--- Work to complete ---
Of the lines in the data below, write out exactly those from the one holding "f 867 880 418" through the one holding "POCKET016_DEPTH_BACK = 6.001", both included.

== == ==

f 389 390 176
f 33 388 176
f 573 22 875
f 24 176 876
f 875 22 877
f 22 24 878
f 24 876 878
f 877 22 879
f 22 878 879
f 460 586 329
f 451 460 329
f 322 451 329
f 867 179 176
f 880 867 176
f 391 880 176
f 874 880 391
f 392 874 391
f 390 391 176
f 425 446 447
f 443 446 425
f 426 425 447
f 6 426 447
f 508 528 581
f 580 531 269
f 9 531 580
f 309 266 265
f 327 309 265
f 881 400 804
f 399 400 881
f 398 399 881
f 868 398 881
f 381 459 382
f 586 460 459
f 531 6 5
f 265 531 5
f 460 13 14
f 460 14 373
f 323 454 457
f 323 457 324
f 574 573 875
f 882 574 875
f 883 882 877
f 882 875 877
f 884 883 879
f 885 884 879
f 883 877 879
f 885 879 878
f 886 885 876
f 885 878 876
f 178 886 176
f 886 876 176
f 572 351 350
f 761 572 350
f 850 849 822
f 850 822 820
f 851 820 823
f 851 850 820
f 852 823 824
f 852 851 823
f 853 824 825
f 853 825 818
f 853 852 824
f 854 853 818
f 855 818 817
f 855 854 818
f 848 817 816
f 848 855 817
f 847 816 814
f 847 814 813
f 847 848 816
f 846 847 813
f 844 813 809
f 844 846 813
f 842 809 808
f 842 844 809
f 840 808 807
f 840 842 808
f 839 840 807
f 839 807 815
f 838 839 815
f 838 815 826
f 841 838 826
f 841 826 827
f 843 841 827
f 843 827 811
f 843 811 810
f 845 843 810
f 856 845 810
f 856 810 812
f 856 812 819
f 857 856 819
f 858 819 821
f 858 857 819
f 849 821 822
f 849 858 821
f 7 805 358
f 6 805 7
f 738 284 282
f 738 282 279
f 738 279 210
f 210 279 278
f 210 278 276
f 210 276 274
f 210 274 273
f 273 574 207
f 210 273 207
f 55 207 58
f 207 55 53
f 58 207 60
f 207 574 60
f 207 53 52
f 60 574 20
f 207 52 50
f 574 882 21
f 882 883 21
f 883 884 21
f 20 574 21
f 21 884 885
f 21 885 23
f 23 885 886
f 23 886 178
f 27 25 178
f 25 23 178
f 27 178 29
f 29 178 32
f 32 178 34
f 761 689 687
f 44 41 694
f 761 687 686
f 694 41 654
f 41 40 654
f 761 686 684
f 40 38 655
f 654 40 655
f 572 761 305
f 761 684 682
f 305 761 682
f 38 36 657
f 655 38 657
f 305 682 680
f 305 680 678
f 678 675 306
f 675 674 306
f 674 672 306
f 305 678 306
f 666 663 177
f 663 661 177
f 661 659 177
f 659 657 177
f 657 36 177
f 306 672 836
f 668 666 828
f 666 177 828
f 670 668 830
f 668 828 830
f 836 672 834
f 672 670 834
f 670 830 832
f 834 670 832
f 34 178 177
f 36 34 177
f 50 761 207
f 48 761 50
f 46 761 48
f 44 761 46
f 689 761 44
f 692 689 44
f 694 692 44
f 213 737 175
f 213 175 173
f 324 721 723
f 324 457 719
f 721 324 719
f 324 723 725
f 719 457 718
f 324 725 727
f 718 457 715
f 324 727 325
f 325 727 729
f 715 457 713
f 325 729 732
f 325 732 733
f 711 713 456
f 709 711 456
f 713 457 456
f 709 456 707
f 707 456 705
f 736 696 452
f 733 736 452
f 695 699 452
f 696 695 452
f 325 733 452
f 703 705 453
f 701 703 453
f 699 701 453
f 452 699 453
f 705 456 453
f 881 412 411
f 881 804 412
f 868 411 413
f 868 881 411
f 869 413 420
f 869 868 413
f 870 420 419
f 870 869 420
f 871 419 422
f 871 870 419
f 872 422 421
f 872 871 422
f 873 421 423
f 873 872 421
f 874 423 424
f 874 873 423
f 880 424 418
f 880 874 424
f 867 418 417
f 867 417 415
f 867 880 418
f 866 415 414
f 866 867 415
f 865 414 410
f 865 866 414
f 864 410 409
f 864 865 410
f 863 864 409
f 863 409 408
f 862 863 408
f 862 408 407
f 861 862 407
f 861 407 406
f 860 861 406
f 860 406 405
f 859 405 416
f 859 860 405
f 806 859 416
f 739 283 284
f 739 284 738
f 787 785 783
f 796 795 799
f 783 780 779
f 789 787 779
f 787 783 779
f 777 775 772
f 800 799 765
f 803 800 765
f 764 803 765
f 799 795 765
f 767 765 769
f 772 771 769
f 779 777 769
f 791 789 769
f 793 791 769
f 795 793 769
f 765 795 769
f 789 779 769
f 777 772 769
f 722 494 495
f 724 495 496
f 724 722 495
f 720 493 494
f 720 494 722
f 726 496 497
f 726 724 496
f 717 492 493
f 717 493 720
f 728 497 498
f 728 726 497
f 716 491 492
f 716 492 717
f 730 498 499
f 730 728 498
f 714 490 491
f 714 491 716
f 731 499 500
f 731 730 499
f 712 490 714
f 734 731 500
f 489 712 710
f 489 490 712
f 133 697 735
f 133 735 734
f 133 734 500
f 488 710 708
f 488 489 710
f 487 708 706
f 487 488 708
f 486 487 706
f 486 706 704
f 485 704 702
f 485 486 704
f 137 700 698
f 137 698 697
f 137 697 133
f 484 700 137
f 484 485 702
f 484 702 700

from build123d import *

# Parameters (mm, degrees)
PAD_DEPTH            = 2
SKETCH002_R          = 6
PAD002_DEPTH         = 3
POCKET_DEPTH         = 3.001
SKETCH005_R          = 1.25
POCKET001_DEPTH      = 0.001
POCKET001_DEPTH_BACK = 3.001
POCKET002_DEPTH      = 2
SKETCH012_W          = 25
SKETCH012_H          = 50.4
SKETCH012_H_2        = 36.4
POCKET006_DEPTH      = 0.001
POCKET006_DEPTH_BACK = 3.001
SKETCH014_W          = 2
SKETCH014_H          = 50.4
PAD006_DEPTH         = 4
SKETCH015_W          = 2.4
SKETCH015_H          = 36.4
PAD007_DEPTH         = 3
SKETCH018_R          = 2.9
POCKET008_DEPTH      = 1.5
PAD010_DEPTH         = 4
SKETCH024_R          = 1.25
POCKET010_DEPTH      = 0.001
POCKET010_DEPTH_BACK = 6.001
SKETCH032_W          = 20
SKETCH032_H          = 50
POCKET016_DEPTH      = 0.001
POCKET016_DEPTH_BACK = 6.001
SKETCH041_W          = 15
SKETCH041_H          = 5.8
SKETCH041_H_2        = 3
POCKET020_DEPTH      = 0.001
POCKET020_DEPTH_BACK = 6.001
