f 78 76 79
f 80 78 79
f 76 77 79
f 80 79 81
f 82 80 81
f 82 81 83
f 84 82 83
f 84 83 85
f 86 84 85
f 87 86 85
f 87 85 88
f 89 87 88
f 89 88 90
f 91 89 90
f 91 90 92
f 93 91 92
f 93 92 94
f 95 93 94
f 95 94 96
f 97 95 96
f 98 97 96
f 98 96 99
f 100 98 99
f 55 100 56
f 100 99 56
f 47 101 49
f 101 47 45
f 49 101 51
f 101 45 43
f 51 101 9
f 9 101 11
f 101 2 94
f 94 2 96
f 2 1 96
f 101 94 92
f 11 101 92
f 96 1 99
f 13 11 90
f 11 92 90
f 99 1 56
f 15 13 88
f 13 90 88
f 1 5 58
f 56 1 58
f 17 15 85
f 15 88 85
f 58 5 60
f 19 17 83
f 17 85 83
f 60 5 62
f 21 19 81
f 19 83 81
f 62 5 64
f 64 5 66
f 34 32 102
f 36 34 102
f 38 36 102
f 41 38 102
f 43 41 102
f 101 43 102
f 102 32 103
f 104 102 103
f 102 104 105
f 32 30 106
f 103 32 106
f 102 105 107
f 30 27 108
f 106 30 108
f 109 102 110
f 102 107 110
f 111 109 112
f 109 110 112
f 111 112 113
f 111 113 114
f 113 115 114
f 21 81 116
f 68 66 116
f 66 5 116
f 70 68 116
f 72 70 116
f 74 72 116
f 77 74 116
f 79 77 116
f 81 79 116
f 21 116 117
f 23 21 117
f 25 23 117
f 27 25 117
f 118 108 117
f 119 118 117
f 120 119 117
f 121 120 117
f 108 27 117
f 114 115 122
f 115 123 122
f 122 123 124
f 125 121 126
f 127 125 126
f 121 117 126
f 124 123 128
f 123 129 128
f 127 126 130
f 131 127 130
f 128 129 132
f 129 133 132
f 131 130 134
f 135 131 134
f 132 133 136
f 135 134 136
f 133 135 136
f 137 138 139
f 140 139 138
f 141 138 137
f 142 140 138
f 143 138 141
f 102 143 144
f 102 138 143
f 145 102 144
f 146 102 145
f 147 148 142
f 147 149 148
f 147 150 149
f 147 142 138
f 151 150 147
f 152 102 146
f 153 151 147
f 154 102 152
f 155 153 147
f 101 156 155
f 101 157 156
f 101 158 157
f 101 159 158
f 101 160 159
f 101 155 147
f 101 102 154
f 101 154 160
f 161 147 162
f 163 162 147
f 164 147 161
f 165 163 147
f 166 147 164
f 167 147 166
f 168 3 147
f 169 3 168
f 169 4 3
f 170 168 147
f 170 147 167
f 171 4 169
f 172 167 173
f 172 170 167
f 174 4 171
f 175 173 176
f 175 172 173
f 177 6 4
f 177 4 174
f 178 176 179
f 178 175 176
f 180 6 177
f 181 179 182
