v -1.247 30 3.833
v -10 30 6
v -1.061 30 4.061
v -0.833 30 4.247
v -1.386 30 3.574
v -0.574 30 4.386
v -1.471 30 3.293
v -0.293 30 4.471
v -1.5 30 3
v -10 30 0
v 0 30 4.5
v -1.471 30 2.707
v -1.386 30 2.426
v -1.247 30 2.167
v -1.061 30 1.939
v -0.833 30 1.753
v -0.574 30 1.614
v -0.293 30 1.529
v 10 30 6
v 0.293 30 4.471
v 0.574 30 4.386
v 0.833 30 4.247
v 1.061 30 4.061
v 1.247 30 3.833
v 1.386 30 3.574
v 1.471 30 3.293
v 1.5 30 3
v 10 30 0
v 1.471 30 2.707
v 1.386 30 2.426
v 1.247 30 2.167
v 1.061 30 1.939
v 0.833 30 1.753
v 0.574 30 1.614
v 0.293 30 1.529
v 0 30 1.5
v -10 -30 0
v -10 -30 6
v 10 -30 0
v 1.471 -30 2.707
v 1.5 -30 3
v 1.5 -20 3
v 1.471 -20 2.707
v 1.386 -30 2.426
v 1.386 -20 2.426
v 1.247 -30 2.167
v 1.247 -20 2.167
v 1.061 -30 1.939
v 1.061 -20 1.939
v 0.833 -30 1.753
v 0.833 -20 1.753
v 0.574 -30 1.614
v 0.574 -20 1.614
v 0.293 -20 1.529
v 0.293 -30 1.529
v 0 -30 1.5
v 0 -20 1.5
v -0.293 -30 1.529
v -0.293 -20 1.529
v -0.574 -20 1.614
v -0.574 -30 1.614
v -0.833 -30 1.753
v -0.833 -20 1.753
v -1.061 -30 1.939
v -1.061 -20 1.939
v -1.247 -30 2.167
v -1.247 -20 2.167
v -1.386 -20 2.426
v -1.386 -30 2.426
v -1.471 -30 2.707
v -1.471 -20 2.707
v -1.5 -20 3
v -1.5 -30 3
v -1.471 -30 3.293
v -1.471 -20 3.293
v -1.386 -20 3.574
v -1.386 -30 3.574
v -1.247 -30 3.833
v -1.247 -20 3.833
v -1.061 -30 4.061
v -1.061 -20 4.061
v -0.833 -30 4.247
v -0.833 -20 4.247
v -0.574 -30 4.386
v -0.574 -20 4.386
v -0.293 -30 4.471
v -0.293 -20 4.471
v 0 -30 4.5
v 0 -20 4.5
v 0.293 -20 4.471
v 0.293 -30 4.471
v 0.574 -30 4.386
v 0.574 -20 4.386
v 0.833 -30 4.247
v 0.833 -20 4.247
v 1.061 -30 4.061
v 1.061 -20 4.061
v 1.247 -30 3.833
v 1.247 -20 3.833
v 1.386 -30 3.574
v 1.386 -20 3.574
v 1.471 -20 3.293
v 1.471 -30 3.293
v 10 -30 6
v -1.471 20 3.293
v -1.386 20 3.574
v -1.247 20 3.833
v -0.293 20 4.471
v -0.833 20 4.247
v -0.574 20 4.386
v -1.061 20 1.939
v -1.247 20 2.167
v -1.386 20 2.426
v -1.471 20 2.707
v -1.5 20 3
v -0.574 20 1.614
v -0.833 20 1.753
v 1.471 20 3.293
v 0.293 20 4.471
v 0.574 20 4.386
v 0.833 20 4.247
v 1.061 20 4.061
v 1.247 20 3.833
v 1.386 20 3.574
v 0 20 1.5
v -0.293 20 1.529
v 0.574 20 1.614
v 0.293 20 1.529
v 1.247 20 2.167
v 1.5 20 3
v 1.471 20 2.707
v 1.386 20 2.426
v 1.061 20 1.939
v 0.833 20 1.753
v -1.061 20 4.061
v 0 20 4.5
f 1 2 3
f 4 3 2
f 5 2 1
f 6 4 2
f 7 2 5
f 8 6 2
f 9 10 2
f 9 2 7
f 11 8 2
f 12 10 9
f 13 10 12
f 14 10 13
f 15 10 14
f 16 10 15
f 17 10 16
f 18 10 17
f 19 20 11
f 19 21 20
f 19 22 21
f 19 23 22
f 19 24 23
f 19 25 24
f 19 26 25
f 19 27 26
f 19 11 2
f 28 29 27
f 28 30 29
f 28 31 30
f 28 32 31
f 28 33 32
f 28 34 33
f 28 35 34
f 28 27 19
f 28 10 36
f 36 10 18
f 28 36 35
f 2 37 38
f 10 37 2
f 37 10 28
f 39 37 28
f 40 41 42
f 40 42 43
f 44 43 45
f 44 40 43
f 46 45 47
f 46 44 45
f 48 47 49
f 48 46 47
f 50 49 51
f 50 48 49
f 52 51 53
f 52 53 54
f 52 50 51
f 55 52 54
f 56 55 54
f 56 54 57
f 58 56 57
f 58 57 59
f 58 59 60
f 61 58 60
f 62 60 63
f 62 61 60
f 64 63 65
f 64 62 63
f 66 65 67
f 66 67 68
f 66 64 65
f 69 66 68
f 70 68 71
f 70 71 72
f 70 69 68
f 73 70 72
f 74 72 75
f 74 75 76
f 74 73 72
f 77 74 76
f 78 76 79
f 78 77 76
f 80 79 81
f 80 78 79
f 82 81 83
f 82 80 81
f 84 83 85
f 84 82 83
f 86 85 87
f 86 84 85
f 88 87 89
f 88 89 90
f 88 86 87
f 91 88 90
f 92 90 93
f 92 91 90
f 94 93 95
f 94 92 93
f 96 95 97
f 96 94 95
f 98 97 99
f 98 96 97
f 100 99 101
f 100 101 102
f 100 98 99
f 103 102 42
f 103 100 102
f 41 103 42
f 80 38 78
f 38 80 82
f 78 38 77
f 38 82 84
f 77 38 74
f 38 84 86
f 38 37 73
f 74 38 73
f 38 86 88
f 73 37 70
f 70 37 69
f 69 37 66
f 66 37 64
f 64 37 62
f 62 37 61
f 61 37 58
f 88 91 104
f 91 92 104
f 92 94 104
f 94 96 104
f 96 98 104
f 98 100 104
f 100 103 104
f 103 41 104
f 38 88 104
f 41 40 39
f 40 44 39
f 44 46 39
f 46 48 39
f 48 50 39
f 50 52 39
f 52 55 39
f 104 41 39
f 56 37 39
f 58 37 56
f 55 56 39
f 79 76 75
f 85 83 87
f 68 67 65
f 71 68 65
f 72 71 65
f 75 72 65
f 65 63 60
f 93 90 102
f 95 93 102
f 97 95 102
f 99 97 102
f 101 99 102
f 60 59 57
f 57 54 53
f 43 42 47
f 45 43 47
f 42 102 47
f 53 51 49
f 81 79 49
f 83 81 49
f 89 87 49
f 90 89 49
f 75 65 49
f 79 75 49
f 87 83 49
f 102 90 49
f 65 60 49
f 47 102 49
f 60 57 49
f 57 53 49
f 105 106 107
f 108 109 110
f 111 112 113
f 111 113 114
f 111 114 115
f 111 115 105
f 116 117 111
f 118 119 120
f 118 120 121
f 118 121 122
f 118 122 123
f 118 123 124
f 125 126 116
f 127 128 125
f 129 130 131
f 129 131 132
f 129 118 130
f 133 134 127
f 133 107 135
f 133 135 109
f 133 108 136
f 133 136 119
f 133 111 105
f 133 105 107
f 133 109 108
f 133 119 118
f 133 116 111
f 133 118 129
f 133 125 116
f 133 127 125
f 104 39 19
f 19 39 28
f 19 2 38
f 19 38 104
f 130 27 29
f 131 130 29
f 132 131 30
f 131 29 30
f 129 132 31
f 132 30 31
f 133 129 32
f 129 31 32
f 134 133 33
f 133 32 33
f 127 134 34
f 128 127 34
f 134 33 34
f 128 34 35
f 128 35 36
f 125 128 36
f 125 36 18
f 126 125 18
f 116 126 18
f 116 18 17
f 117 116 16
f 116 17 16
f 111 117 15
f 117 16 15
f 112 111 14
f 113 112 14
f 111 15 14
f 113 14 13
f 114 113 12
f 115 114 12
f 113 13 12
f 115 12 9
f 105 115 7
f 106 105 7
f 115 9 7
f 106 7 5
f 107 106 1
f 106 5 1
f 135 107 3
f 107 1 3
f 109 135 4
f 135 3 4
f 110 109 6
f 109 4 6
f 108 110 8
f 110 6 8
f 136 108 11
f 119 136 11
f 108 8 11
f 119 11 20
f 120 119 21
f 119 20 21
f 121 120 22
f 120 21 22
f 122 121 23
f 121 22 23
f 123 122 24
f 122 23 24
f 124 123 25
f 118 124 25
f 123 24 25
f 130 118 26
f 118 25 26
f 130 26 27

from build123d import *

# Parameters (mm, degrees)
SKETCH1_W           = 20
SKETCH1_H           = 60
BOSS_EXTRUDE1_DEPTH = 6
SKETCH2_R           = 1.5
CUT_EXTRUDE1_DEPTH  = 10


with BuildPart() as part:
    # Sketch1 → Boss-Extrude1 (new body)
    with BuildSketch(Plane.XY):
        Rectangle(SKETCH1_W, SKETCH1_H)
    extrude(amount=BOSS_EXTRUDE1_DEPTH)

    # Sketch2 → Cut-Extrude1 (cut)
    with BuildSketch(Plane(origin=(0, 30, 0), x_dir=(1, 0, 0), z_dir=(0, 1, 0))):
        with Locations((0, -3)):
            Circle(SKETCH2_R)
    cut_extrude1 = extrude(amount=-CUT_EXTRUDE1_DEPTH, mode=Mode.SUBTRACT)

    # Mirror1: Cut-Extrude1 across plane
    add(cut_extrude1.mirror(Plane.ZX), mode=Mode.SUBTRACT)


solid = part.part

== == ==

--- Exercise result ---
f 867 880 418
f 866 415 414
f 866 867 415
f 865 414 410
f 865 866 414
f 864 410 409
f 864 865 410
f 863 864 409
f 863 409 408
f 862 863 408
f 862 408 407
f 861 862 407
f 861 407 406
f 860 861 406
f 860 406 405
f 859 405 416
f 859 860 405
f 806 859 416
f 739 283 284
f 739 284 738
f 787 785 783
f 796 795 799
f 783 780 779
f 789 787 779
f 787 783 779
f 777 775 772
f 800 799 765
f 803 800 765
f 764 803 765
f 799 795 765
f 767 765 769
f 772 771 769
f 779 777 769
f 791 789 769
f 793 791 769
f 795 793 769
f 765 795 769
f 789 779 769
f 777 772 769
f 722 494 495
f 724 495 496
f 724 722 495
f 720 493 494
f 720 494 722
f 726 496 497
f 726 724 496
f 717 492 493
f 717 493 720
f 728 497 498
f 728 726 497
f 716 491 492
f 716 492 717
f 730 498 499
f 730 728 498
f 714 490 491
f 714 491 716
f 731 499 500
f 731 730 499
f 712 490 714
f 734 731 500
f 489 712 710
f 489 490 712
f 133 697 735
f 133 735 734
f 133 734 500
f 488 710 708
f 488 489 710
f 487 708 706
f 487 488 708
f 486 487 706
f 486 706 704
f 485 704 702
f 485 486 704
f 137 700 698
f 137 698 697
f 137 697 133
f 484 700 137
f 484 485 702
f 484 702 700

from build123d import *

# Parameters (mm, degrees)
PAD_DEPTH            = 2
SKETCH002_R          = 6
PAD002_DEPTH         = 3
POCKET_DEPTH         = 3.001
SKETCH005_R          = 1.25
POCKET001_DEPTH      = 0.001
POCKET001_DEPTH_BACK = 3.001
POCKET002_DEPTH      = 2
SKETCH012_W          = 25
SKETCH012_H          = 50.4
SKETCH012_H_2        = 36.4
POCKET006_DEPTH      = 0.001
POCKET006_DEPTH_BACK = 3.001
SKETCH014_W          = 2
SKETCH014_H          = 50.4
PAD006_DEPTH         = 4
SKETCH015_W          = 2.4
SKETCH015_H          = 36.4
PAD007_DEPTH         = 3
SKETCH018_R          = 2.9
POCKET008_DEPTH      = 1.5
PAD010_DEPTH         = 4
SKETCH024_R          = 1.25
POCKET010_DEPTH      = 0.001
POCKET010_DEPTH_BACK = 6.001
SKETCH032_W          = 20
SKETCH032_H          = 50
POCKET016_DEPTH      = 0.001
POCKET016_DEPTH_BACK = 6.001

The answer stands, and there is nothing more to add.